Stored items
____________________
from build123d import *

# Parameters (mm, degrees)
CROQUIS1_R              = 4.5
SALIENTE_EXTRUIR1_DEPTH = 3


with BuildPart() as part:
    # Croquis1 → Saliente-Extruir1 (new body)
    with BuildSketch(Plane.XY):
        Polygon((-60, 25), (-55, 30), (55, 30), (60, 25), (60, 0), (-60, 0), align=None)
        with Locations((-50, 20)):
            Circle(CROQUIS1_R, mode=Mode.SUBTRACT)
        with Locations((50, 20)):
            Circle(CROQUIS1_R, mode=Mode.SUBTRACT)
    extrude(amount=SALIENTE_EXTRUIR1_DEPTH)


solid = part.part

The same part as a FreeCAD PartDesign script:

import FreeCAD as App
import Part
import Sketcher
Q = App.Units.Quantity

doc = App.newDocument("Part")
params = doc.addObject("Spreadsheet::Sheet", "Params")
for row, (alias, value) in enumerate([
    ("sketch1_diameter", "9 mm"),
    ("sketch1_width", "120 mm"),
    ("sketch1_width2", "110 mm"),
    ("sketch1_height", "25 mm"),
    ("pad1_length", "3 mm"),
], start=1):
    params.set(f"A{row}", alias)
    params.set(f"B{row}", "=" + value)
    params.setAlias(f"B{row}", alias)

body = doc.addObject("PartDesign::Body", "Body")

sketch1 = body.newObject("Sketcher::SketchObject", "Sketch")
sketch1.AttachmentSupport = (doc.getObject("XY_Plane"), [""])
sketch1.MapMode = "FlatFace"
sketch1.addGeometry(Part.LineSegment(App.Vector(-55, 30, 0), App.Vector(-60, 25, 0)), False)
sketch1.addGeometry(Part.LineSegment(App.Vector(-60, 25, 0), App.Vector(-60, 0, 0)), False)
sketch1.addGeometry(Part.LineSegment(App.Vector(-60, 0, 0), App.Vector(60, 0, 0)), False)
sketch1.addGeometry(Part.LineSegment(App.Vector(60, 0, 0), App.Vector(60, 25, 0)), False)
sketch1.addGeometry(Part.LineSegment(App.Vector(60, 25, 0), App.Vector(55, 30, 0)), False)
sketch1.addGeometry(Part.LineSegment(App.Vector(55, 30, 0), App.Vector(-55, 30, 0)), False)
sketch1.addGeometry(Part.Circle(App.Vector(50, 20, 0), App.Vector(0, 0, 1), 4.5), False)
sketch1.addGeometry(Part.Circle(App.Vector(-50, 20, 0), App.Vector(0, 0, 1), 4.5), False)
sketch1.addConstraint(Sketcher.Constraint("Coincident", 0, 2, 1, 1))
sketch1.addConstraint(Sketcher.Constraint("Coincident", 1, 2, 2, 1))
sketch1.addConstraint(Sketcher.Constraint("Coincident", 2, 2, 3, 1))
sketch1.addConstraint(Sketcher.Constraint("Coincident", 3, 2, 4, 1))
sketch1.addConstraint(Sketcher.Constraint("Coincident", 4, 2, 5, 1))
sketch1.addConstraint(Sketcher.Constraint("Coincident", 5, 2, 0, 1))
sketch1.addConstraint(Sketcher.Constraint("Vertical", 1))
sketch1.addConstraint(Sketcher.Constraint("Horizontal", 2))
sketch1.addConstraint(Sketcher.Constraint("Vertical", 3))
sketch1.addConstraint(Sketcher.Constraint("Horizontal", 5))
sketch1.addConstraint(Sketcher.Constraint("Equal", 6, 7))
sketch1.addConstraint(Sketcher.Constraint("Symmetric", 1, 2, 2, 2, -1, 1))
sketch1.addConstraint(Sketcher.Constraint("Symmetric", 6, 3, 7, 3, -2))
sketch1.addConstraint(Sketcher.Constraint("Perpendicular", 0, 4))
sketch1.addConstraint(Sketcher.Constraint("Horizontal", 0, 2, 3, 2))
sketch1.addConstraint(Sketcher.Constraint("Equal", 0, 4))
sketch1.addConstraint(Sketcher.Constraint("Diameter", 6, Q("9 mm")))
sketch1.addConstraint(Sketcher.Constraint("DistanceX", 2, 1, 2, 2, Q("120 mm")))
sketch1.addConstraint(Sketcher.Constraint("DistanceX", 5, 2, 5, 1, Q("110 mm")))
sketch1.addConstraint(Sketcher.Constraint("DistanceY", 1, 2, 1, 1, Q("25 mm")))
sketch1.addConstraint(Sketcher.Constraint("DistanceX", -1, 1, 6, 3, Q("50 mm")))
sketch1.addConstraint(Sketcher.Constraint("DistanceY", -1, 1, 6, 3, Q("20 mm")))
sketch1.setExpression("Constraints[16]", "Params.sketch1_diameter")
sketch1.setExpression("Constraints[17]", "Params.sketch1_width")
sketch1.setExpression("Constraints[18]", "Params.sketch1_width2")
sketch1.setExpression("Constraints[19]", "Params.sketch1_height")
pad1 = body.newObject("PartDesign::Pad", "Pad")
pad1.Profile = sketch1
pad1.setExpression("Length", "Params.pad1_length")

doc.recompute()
____________________
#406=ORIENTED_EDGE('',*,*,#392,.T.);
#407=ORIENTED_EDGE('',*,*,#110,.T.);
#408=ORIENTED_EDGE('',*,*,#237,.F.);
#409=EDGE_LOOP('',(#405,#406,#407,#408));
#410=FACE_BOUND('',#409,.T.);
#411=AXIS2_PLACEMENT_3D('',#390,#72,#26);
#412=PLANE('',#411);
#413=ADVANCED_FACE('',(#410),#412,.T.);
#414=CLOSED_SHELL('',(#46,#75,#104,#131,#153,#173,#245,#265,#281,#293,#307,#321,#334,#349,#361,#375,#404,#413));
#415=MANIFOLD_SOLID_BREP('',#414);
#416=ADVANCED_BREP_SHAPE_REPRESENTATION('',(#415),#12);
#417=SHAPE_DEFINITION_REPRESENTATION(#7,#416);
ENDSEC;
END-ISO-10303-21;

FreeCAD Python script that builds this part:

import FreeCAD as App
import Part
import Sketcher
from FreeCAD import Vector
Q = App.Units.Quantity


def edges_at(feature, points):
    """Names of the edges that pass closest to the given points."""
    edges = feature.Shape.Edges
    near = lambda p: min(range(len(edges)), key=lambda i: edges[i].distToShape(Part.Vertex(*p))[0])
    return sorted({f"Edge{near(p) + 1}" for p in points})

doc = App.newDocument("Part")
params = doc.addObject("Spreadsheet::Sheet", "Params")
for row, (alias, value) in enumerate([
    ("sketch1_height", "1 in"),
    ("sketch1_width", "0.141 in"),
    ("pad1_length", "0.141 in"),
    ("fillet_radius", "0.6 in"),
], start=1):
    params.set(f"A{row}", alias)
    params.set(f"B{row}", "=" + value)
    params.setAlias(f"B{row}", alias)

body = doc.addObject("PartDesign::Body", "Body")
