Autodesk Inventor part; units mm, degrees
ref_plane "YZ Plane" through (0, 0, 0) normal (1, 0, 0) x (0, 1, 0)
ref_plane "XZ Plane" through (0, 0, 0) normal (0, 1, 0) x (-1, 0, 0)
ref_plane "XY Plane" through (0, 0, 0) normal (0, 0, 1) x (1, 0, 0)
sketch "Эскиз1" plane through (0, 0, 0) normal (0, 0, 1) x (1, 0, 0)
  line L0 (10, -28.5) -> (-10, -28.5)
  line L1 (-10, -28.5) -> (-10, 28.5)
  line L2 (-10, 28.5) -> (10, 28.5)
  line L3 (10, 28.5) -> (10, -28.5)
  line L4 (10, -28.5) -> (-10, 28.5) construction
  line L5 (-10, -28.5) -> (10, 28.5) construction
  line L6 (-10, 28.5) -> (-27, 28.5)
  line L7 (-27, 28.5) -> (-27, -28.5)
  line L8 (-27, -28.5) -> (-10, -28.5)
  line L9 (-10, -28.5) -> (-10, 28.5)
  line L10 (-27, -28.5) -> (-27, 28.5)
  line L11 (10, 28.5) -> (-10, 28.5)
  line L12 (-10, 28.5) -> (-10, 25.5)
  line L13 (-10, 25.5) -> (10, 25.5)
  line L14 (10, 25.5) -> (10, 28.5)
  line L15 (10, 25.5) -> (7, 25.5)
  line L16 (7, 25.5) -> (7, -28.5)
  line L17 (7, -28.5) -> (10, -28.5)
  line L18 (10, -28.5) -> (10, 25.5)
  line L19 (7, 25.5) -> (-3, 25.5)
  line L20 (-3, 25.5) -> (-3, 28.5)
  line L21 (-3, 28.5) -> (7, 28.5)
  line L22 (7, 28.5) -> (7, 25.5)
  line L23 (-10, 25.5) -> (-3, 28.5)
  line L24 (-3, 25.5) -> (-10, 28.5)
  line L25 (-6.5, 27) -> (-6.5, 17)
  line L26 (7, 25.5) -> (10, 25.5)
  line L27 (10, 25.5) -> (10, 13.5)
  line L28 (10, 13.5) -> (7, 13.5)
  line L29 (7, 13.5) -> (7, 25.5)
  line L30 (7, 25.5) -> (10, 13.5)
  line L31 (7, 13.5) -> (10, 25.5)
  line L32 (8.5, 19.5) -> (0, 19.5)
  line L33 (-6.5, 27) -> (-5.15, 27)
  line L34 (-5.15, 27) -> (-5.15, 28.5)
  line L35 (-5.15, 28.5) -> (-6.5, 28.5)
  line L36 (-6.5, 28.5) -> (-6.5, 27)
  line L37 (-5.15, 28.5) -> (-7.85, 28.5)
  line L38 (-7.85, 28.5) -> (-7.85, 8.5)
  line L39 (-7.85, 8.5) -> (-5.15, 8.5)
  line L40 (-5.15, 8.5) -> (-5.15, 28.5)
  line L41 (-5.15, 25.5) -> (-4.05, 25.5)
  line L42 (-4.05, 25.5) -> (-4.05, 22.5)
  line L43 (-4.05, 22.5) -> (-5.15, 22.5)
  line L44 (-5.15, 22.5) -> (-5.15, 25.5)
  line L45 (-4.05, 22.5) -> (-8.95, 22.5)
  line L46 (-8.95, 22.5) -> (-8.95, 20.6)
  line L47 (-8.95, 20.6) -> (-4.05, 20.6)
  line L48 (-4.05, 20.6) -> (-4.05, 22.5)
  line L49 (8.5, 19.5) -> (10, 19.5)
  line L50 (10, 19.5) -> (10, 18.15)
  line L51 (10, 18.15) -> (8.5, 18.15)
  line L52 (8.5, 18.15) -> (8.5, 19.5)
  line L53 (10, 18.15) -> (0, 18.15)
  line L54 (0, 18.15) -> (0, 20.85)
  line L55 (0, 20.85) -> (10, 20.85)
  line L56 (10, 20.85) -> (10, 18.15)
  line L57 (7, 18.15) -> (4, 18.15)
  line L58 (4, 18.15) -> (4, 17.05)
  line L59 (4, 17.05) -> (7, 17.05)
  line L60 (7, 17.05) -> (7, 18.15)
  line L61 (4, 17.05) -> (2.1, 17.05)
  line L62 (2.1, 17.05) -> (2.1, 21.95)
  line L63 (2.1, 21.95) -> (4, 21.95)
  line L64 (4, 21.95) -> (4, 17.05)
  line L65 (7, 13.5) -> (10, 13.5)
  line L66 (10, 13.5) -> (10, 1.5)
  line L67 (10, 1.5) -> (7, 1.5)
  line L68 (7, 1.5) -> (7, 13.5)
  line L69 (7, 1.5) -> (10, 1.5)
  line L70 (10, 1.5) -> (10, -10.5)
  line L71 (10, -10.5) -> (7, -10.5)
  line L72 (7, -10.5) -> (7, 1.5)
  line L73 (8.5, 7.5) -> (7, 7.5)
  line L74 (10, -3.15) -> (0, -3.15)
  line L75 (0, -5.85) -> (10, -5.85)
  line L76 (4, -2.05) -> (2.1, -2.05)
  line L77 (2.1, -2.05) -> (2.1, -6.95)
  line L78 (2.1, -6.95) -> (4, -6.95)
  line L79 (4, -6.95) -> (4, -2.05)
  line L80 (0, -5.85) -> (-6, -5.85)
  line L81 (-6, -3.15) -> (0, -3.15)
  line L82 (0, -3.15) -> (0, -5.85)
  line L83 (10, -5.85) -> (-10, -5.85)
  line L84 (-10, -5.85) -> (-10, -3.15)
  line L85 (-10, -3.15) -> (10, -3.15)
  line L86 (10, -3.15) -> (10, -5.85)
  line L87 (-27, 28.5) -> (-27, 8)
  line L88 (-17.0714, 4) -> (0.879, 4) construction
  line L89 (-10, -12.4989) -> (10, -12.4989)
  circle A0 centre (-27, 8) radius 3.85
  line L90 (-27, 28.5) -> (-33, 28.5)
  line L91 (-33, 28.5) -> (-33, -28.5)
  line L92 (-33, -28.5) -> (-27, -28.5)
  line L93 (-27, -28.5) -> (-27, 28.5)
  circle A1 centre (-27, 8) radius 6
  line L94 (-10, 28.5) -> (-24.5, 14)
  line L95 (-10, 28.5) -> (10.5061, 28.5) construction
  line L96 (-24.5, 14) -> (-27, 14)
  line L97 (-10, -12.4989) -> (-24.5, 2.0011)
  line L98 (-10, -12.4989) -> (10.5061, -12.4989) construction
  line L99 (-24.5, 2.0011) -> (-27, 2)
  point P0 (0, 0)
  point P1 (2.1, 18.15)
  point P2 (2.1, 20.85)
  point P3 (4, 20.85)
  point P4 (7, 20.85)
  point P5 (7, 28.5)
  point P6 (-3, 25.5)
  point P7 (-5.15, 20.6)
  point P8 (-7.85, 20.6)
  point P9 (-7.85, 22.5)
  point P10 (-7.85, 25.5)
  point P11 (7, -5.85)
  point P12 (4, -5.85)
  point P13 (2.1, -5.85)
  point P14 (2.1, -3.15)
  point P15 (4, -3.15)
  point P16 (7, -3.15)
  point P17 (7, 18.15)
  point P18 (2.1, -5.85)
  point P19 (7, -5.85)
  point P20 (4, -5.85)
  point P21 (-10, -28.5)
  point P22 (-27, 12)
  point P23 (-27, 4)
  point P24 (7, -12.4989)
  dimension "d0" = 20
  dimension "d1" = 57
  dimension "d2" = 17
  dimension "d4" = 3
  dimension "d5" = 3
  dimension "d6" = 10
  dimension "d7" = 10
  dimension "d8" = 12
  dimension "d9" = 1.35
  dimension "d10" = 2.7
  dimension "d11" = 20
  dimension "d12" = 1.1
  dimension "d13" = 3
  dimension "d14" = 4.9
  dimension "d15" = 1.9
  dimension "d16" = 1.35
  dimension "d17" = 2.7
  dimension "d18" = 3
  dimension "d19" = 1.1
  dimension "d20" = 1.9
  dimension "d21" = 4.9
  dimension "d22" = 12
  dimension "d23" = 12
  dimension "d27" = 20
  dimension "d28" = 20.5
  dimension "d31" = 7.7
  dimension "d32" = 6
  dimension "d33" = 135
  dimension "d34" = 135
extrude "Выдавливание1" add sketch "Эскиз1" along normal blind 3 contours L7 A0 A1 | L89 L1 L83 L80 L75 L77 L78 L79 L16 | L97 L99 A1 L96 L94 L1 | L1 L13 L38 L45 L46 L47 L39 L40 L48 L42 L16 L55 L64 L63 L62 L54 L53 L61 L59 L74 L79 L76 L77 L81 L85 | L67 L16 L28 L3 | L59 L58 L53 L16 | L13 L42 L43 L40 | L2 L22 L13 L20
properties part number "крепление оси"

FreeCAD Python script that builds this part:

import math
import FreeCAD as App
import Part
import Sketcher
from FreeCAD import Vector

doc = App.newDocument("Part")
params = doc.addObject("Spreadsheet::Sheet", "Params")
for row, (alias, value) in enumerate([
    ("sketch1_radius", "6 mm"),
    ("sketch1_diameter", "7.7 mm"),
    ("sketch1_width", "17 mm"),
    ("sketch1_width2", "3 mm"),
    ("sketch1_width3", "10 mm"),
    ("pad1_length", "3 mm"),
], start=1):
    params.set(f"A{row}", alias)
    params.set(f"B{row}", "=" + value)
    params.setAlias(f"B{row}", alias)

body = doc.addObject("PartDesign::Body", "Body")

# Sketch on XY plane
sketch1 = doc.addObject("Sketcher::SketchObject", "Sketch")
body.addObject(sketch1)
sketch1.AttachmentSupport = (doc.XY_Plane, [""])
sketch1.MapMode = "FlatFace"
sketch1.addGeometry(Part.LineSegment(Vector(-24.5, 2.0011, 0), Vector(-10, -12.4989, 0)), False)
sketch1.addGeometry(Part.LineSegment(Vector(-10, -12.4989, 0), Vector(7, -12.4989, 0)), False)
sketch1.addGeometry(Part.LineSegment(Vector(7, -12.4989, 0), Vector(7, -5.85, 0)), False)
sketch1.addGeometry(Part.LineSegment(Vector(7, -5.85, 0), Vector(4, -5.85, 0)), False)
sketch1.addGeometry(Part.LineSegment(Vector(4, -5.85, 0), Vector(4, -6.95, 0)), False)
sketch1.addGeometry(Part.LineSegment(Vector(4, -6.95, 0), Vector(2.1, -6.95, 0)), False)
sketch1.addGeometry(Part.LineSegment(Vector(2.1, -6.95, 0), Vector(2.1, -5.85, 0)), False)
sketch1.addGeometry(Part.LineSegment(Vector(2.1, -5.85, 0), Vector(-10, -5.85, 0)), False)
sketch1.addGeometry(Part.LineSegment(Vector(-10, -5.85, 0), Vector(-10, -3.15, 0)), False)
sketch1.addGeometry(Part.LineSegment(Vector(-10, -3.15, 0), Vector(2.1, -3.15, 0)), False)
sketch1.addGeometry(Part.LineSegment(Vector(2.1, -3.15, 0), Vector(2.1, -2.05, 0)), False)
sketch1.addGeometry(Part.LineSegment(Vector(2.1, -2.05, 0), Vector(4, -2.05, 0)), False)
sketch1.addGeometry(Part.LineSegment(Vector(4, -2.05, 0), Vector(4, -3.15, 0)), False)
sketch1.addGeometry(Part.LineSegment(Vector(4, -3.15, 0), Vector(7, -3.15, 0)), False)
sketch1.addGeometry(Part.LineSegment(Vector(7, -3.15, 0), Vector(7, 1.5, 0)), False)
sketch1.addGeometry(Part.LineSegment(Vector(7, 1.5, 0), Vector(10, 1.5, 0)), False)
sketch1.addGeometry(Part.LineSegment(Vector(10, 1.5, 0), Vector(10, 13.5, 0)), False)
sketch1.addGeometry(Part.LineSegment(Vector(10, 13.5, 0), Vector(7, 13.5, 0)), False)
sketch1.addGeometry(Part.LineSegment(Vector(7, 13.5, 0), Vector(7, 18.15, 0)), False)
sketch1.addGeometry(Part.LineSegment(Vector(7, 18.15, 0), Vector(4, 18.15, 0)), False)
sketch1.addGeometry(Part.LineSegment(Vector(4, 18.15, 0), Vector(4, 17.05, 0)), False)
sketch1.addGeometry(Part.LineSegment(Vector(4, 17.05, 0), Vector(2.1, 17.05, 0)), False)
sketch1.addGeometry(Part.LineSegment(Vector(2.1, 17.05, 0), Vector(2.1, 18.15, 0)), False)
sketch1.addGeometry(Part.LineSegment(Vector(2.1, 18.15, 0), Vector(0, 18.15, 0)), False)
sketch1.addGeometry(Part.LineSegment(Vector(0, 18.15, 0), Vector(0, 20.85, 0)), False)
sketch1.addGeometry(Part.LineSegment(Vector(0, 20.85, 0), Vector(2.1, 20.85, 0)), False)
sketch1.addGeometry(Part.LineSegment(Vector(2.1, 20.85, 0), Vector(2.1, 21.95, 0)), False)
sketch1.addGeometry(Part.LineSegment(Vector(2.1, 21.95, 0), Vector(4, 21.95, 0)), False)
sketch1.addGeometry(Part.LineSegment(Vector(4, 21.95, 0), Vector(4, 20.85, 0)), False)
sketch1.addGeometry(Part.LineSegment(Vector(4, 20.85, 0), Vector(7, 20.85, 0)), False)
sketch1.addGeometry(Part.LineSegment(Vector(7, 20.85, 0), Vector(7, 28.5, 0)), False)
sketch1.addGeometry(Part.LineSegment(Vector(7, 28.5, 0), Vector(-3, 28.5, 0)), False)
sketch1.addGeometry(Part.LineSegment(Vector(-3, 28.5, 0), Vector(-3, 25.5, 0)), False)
____________________
* [Exercise details]: Using only the entries above, output the line with "line L42 (-4.05, 25.5) -> (-4.05, 22.5)", the line with "line L76 (4, -2.05) -> (2.1, -2.05)", and all lines between them, exactly as they stand.

* [Solution for this problem]:
  line L42 (-4.05, 25.5) -> (-4.05, 22.5)
  line L43 (-4.05, 22.5) -> (-5.15, 22.5)
  line L44 (-5.15, 22.5) -> (-5.15, 25.5)
  line L45 (-4.05, 22.5) -> (-8.95, 22.5)
  line L46 (-8.95, 22.5) -> (-8.95, 20.6)
  line L47 (-8.95, 20.6) -> (-4.05, 20.6)
  line L48 (-4.05, 20.6) -> (-4.05, 22.5)
  line L49 (8.5, 19.5) -> (10, 19.5)
  line L50 (10, 19.5) -> (10, 18.15)
  line L51 (10, 18.15) -> (8.5, 18.15)
  line L52 (8.5, 18.15) -> (8.5, 19.5)
  line L53 (10, 18.15) -> (0, 18.15)
  line L54 (0, 18.15) -> (0, 20.85)
  line L55 (0, 20.85) -> (10, 20.85)
  line L56 (10, 20.85) -> (10, 18.15)
  line L57 (7, 18.15) -> (4, 18.15)
  line L58 (4, 18.15) -> (4, 17.05)
  line L59 (4, 17.05) -> (7, 17.05)
  line L60 (7, 17.05) -> (7, 18.15)
  line L61 (4, 17.05) -> (2.1, 17.05)
  line L62 (2.1, 17.05) -> (2.1, 21.95)
  line L63 (2.1, 21.95) -> (4, 21.95)
  line L64 (4, 21.95) -> (4, 17.05)
  line L65 (7, 13.5) -> (10, 13.5)
  line L66 (10, 13.5) -> (10, 1.5)
  line L67 (10, 1.5) -> (7, 1.5)
  line L68 (7, 1.5) -> (7, 13.5)
  line L69 (7, 1.5) -> (10, 1.5)
  line L70 (10, 1.5) -> (10, -10.5)
  line L71 (10, -10.5) -> (7, -10.5)
  line L72 (7, -10.5) -> (7, 1.5)
  line L73 (8.5, 7.5) -> (7, 7.5)
  line L74 (10, -3.15) -> (0, -3.15)
  line L75 (0, -5.85) -> (10, -5.85)
  line L76 (4, -2.05) -> (2.1, -2.05)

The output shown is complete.